▶ _WHAT IS REQUIRED_
Look for the word "with" in the records, and copy each line where it appears.

▶ _SUPPLIED DATA_
· · ·

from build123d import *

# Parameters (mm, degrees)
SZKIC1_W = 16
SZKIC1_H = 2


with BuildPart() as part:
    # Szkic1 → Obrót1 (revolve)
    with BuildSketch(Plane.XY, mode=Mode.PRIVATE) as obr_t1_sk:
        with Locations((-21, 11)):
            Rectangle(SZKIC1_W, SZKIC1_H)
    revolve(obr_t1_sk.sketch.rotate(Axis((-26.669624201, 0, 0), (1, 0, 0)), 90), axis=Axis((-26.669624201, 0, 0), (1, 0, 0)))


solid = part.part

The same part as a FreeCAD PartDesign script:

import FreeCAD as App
import Part
import Sketcher

V = App.Vector

doc = App.newDocument("Part")
params = doc.addObject("Spreadsheet::Sheet", "Params")
for row, (alias, value) in enumerate([
    ("sketch1_width", "16 mm"),
    ("sketch1_height", "2 mm"),
    ("revolution_angle", "360 deg"),
], start=1):
    params.set(f"A{row}", alias)
    params.set(f"B{row}", "=" + value)
    params.setAlias(f"B{row}", alias)

body = doc.addObject("PartDesign::Body", "Body")

sketch1 = body.newObject("Sketcher::SketchObject", "Sketch")
sketch1.AttachmentSupport = (doc.getObject("XY_Plane"), [""])
sketch1.MapMode = "FlatFace"
sketch1.addGeometry(Part.LineSegment(V(-29, 12, 0), V(-29, 10, 0)), False)
sketch1.addGeometry(Part.LineSegment(V(-29, 10, 0), V(-13, 10, 0)), False)
sketch1.addGeometry(Part.LineSegment(V(-13, 10, 0), V(-13, 12, 0)), False)
sketch1.addGeometry(Part.LineSegment(V(-13, 12, 0), V(-29, 12, 0)), False)
sketch1.addConstraint(Sketcher.Constraint("Coincident", 0, 2, 1, 1))
sketch1.addConstraint(Sketcher.Constraint("Coincident", 1, 2, 2, 1))
sketch1.addConstraint(Sketcher.Constraint("Coincident", 2, 2, 3, 1))
sketch1.addConstraint(Sketcher.Constraint("Coincident", 3, 2, 0, 1))
sketch1.addConstraint(Sketcher.Constraint("Vertical", 0))
sketch1.addConstraint(Sketcher.Constraint("Horizontal", 1))
sketch1.addConstraint(Sketcher.Constraint("Vertical", 2))
sketch1.addConstraint(Sketcher.Constraint("Horizontal", 3))
sketch1.addConstraint(Sketcher.Constraint("DistanceX", 1, 1, 1, 2, 16.0))
sketch1.addConstraint(Sketcher.Constraint("DistanceY", 0, 2, 0, 1, 2.0))
sketch1.addConstraint(Sketcher.Constraint("DistanceX", 0, 2, -1, 1, 29.0))
sketch1.addConstraint(Sketcher.Constraint("DistanceY", -1, 1, 0, 2, 10.0))
sketch1.setExpression("Constraints[8]", "Params.sketch1_width")
sketch1.setExpression("Constraints[9]", "Params.sketch1_height")
revolution = body.newObject("PartDesign::Revolution", "Revolution")
revolution.Profile = sketch1
revolution.ReferenceAxis = (sketch1, ["H_Axis"])
revolution.setExpression("Angle", "Params.revolution_angle")

doc.recompute()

· · ·

▶ _RESPONSE TO THIS EXERCISE_
with BuildPart() as part:
    with BuildSketch(Plane.XY, mode=Mode.PRIVATE) as obr_t1_sk:
        with Locations((-21, 11)):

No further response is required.